What the study evaluated
The study evaluated whether Carebot AI Bones improves clinicians’ ability to detect fractures on musculoskeletal X-rays.
A total of 726 radiographs from five Czech hospitals were interpreted twice by seven clinicians. In the first reading stage, clinicians interpreted the images without AI. After a 30-day washout period, they interpreted the same cases again with AI decision support.
The primary analysis used 630 radiographs where the expert trauma surgeon and expert radiologist agreed on fracture presence or absence. This set included 197 fracture-positive and 433 fracture-negative radiographs.
Study results in clinical practice
AI-assisted reading was associated with a clear reduction in missed fractures. Overall sensitivity increased from 86.26% without AI to 94.56% with AI, while the number of missed fractures decreased from 190 to 75 across all reader-case assessments.

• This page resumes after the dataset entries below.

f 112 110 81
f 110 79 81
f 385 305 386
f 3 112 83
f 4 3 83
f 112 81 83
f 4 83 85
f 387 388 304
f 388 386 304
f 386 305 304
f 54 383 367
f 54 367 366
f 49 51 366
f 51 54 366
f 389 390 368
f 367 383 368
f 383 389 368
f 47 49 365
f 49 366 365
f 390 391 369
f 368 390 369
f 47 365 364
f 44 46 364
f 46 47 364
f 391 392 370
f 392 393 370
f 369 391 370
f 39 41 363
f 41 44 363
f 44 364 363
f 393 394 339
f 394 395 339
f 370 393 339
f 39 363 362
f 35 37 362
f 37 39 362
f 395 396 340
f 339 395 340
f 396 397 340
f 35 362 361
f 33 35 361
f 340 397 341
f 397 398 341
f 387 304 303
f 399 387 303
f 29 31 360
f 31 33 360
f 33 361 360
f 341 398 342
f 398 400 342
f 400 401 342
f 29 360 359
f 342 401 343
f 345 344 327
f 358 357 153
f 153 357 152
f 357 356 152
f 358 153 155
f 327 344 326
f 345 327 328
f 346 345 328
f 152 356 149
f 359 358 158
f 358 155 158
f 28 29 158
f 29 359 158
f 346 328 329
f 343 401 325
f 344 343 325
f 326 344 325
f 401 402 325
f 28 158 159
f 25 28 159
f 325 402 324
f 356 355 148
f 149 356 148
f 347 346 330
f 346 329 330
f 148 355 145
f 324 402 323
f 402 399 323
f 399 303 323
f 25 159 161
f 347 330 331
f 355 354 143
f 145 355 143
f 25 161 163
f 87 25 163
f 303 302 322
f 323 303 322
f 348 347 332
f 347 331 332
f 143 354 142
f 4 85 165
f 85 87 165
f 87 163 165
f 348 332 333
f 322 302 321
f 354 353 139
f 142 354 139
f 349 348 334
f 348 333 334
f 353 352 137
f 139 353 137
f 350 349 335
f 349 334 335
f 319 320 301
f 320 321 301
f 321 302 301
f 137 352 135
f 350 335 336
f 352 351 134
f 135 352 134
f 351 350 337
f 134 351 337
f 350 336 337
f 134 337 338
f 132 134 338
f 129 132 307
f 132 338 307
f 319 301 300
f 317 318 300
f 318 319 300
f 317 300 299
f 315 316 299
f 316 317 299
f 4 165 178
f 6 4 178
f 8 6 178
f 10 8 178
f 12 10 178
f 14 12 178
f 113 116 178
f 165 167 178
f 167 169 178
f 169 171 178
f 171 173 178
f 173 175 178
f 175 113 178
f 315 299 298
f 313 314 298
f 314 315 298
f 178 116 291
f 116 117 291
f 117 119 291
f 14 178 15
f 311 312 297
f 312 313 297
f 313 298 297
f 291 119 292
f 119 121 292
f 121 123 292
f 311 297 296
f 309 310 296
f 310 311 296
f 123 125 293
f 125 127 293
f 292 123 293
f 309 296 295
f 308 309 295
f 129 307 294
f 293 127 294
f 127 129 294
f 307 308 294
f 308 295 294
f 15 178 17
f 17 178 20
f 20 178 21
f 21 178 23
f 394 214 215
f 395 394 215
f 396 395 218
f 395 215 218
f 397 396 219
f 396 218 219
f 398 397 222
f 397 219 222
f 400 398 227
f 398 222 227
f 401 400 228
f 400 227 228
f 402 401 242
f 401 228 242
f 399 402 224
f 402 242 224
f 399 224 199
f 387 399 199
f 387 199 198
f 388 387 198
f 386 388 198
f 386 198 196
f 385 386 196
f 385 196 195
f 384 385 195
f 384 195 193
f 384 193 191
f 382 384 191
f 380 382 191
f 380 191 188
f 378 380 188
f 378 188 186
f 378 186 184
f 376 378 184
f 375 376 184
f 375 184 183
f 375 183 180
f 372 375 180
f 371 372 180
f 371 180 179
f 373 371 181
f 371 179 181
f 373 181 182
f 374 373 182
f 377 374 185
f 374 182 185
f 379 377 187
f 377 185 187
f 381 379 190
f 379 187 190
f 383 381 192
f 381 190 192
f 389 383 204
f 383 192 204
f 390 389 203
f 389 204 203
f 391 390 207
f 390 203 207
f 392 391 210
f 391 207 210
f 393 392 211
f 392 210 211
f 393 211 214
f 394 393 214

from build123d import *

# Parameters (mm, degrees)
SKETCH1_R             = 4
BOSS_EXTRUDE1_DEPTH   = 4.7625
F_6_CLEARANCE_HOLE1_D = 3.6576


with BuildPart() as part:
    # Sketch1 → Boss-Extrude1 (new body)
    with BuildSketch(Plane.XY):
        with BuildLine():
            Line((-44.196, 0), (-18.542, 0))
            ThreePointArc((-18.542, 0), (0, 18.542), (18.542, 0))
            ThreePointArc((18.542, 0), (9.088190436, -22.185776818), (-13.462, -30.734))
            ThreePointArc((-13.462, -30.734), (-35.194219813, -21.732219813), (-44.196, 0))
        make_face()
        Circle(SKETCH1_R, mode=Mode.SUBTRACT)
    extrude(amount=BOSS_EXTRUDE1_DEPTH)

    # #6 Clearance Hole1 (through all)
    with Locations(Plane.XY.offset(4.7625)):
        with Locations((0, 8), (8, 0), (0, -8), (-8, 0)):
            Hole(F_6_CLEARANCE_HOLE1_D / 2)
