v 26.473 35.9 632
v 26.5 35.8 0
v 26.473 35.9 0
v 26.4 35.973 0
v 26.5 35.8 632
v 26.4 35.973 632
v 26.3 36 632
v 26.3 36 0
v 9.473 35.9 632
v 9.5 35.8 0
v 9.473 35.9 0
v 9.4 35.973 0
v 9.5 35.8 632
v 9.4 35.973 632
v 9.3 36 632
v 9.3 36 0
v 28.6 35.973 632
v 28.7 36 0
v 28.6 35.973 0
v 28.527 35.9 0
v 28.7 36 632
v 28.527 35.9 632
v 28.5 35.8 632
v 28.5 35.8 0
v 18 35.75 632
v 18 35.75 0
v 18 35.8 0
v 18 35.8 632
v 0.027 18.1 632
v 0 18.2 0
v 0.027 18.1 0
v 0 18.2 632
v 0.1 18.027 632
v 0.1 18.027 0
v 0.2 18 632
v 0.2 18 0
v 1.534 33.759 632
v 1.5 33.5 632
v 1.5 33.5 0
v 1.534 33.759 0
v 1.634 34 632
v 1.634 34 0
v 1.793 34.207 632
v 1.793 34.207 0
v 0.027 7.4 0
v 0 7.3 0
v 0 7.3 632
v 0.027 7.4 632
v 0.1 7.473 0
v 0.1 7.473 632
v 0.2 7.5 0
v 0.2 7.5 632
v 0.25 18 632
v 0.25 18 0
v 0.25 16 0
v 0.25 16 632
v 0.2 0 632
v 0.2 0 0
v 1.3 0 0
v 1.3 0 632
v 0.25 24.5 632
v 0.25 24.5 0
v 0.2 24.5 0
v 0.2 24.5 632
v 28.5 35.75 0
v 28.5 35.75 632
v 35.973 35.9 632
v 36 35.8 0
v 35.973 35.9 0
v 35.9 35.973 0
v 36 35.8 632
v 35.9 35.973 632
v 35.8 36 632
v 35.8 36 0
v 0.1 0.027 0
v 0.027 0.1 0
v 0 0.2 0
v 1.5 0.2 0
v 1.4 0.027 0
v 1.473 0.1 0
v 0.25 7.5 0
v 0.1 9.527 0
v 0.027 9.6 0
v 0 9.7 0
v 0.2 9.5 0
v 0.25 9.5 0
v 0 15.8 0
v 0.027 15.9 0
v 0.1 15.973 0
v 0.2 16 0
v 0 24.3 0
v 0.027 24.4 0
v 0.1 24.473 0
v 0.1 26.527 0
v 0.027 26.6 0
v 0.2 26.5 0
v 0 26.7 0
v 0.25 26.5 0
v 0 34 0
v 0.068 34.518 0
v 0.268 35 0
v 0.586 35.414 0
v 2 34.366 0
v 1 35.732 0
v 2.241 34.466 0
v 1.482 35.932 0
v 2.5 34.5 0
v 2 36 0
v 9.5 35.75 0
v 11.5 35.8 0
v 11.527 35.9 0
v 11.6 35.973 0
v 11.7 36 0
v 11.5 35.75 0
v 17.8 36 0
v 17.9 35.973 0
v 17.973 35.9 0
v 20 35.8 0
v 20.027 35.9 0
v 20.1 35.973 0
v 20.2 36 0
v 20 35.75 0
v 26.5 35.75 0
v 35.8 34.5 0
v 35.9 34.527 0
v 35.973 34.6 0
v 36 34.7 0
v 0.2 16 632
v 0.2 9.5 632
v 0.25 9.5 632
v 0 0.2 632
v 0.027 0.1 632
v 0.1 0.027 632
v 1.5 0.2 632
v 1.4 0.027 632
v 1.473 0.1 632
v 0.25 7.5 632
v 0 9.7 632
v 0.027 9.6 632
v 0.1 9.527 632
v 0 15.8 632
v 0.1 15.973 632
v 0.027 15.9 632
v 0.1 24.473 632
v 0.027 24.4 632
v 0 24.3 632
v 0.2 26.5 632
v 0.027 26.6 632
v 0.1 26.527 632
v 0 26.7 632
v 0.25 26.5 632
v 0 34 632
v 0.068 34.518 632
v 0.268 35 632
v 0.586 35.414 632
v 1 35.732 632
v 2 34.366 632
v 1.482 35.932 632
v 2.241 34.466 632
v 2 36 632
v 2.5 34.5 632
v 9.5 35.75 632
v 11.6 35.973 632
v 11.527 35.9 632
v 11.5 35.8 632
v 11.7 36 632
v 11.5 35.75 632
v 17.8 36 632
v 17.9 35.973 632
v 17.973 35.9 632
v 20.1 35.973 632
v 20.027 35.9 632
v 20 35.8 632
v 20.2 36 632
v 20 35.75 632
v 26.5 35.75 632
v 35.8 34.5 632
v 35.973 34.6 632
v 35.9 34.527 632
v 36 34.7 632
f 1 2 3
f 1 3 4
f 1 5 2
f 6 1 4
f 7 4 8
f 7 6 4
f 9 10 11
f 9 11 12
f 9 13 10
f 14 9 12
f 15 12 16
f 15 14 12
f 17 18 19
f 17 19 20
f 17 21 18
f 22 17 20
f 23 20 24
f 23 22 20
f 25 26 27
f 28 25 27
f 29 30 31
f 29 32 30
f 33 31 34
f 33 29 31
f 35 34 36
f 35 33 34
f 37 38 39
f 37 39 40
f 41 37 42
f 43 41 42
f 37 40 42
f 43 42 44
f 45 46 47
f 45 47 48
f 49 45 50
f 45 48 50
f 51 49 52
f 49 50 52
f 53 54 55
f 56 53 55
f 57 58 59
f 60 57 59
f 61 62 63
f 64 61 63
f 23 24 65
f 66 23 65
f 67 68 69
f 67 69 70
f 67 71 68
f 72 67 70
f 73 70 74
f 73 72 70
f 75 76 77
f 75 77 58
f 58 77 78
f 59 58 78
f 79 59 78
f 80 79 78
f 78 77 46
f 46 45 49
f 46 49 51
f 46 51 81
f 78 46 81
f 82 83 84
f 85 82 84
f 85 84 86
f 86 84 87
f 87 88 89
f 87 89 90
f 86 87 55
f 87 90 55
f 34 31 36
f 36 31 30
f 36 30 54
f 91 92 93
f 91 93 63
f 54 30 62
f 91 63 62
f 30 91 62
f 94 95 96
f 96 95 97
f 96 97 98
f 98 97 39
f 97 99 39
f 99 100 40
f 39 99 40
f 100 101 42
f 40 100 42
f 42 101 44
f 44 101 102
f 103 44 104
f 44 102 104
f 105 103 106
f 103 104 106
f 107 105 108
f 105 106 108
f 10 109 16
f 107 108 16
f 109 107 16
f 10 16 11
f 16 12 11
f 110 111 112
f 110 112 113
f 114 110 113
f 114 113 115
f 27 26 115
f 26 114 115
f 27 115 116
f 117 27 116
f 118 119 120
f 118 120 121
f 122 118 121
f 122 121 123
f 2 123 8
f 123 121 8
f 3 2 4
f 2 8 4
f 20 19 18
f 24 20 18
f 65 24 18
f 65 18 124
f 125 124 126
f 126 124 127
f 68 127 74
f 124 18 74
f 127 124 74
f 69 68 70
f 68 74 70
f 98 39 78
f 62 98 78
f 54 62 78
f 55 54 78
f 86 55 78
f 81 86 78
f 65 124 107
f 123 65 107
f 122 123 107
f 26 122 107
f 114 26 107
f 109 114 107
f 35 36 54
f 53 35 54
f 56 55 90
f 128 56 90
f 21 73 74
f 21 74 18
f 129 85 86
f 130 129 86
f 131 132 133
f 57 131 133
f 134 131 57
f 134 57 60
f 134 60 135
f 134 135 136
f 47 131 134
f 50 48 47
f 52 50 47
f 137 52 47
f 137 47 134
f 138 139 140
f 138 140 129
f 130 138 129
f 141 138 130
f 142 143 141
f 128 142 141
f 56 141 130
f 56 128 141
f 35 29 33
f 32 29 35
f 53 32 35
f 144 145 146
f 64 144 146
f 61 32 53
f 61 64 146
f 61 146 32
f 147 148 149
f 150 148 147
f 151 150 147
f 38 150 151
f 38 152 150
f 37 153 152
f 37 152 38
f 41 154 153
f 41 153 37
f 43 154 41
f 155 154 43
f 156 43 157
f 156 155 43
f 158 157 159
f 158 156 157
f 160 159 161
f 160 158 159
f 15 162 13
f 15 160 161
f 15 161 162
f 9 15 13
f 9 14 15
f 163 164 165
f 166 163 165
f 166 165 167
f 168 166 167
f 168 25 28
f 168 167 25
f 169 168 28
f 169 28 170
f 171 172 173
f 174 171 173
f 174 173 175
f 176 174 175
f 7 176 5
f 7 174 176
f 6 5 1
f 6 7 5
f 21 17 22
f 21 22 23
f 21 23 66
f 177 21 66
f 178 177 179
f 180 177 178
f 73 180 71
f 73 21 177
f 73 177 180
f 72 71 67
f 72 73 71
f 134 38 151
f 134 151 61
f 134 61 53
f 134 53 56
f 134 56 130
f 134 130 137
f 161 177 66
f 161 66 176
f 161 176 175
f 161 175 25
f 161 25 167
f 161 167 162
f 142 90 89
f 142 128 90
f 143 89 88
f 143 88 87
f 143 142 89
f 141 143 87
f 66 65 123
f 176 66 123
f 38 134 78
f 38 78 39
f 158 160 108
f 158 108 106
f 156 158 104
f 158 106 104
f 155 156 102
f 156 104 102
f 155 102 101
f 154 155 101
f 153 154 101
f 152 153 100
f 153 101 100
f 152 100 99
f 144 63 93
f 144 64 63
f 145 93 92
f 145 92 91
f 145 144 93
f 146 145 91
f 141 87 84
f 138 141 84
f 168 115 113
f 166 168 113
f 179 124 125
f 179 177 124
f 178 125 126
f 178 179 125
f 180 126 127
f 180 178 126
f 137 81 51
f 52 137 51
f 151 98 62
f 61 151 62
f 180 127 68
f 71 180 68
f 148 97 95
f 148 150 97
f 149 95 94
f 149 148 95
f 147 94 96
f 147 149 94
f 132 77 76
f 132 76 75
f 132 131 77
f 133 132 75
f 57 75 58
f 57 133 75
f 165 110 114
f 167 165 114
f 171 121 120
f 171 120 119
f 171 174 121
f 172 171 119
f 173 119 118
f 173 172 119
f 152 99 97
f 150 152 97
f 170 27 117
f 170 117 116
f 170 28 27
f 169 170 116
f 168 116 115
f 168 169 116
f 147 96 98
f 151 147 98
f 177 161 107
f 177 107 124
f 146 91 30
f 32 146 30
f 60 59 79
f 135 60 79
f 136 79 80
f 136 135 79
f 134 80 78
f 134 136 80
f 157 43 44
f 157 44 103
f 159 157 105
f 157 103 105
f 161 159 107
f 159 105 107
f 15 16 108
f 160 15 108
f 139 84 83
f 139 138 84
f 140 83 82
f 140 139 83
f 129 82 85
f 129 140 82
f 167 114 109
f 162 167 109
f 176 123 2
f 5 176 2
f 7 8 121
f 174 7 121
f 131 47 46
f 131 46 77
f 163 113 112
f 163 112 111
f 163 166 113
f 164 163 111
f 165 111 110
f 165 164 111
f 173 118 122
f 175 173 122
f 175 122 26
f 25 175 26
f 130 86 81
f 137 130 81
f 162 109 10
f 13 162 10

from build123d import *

# Parameters (mm, degrees)
F1_DEPTH = 632
F2_R     = 0.2


with BuildPart() as f1:
    # F0 (on Top) → F1 (new body)
    with BuildSketch(Plane.XY):
        with BuildLine():
            Line((0, 7.5), (0, 0))
            Line((0, 0), (1.5, 0))
            Line((1.5, 0), (1.5, 33.5))
            ThreePointArc((1.5, 33.5), (1.57612, 33.882683), (1.792893, 34.207107))
            ThreePointArc((1.792893, 34.207107), (2.117317, 34.42388), (2.5, 34.5))
            Line((2.5, 34.5), (36, 34.5))
            Line((36, 34.5), (36, 36))
            Line((36, 36), (28.5, 36))
            Line((28.5, 36), (28.5, 35.75))
            Line((28.5, 35.75), (26.5, 35.75))
            Line((26.5, 35.75), (26.5, 36))
            Line((26.5, 36), (20, 36))
            Line((20, 36), (20, 35.75))
            Line((20, 35.75), (18, 35.75))
            Line((18, 35.75), (18, 36))
            Line((18, 36), (11.5, 36))
            Line((11.5, 36), (11.5, 35.75))
            Line((11.5, 35.75), (9.5, 35.75))
            Line((9.5, 35.75), (9.5, 36))
            Line((9.5, 36), (2, 36))
            ThreePointArc((2, 36), (1.234633, 35.847759), (0.585786, 35.414214))
            ThreePointArc((0.585786, 35.414214), (0.152241, 34.765367), (0, 34))
            Line((0, 34), (0, 26.5))
            Line((0, 26.5), (0.25, 26.5))
            Line((0.25, 26.5), (0.25, 24.5))
            Line((0.25, 24.5), (0, 24.5))
            Line((0, 24.5), (0, 18))
            Line((0, 18), (0.25, 18))
            Line((0.25, 18), (0.25, 16))
            Line((0.25, 16), (0, 16))
            Line((0, 16), (0, 9.5))
            Line((0, 9.5), (0.25, 9.5))
            Line((0.25, 9.5), (0.25, 7.5))
            Line((0.25, 7.5), (0, 7.5))
        make_face()
    extrude(amount=F1_DEPTH)

    # F2
    f2_edges = [f1.edges().sort_by_distance(p)[0] for p in [
        (0, 16, 316),
        (0, 18, 316),
        (0, 9.5, 316),
        (0, 7.5, 316),
        (0, 26.5, 316),
        (0, 24.5, 316),
        (9.5, 36, 316),
        (11.5, 36, 316),
        (18, 36, 316),
        (20, 36, 316),
        (26.5, 36, 316),
        (28.5, 36, 316),
        (36, 36, 316),
        (36, 34.5, 316),
        (0, 0, 316),
        (1.5, 0, 316),
    ]]
    fillet(f2_edges, radius=F2_R)


solid = f1.part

This improvement came with a modest trade-off in specificity, which decreased from 93.79% to 90.21%, reflecting more false-positive fracture calls. The effect varied by reader, with the largest improvement observed in the reader who had the lowest baseline sensitivity.
In practice, these findings support Carebot AI Bones as a second-reader decision-support tool. Positive AI suggestions should be treated as prompts for careful re-review rather than as definitive diagnoses.
Key numbers
Primary analysis set: 630 radiographs
Readers: 7 clinicians
Hospitals: 5 Czech hospitals
Study design: multi-reader crossover with 30-day washout
Sensitivity change: +8.30 percentage points, p < 0.001
Specificity change: -3.58 percentage points, p = 0.035
Missed fractures: reduced from 190 to 75
Largest reader-level sensitivity gain: 50.76% to 90.36%
Abstract
Missed fractures on musculoskeletal radiographs remain an important diagnostic problem, particularly in acute and high-volume clinical settings. This multicentre crossover study evaluated whether Carebot AI Bones can improve clinician performance in fracture detection. The study included 726 musculoskeletal radiographs from five Czech hospitals. Seven clinicians interpreted all radiographs twice: first without AI and then, after a 30-day washout period, with AI decision support. The primary analysis was performed on 630 radiographs with expert-agreement ground truth, including 197 fracture-positive and 433 fracture-negative cases. AI-assisted interpretation increased overall sensitivity from 86.26% to 94.56%, corresponding to an improvement of 8.30 percentage points. The number of missed fractures decreased from 190 without AI to 75 with AI. Specificity decreased from 93.79% to 90.21%, indicating a reader-dependent increase in false-positive fracture calls. The negative likelihood ratio improved from 0.15 to 0.06, supporting stronger rule-out performance with AI assistance. Sensitivity increased in six of seven readers, with the largest benefit observed in the reader with the lowest baseline sensitivity. These findings support Carebot AI Bones as a second-reader decision-support tool that may help reduce missed fractures, while AI-positive findings should remain subject to clinician verification.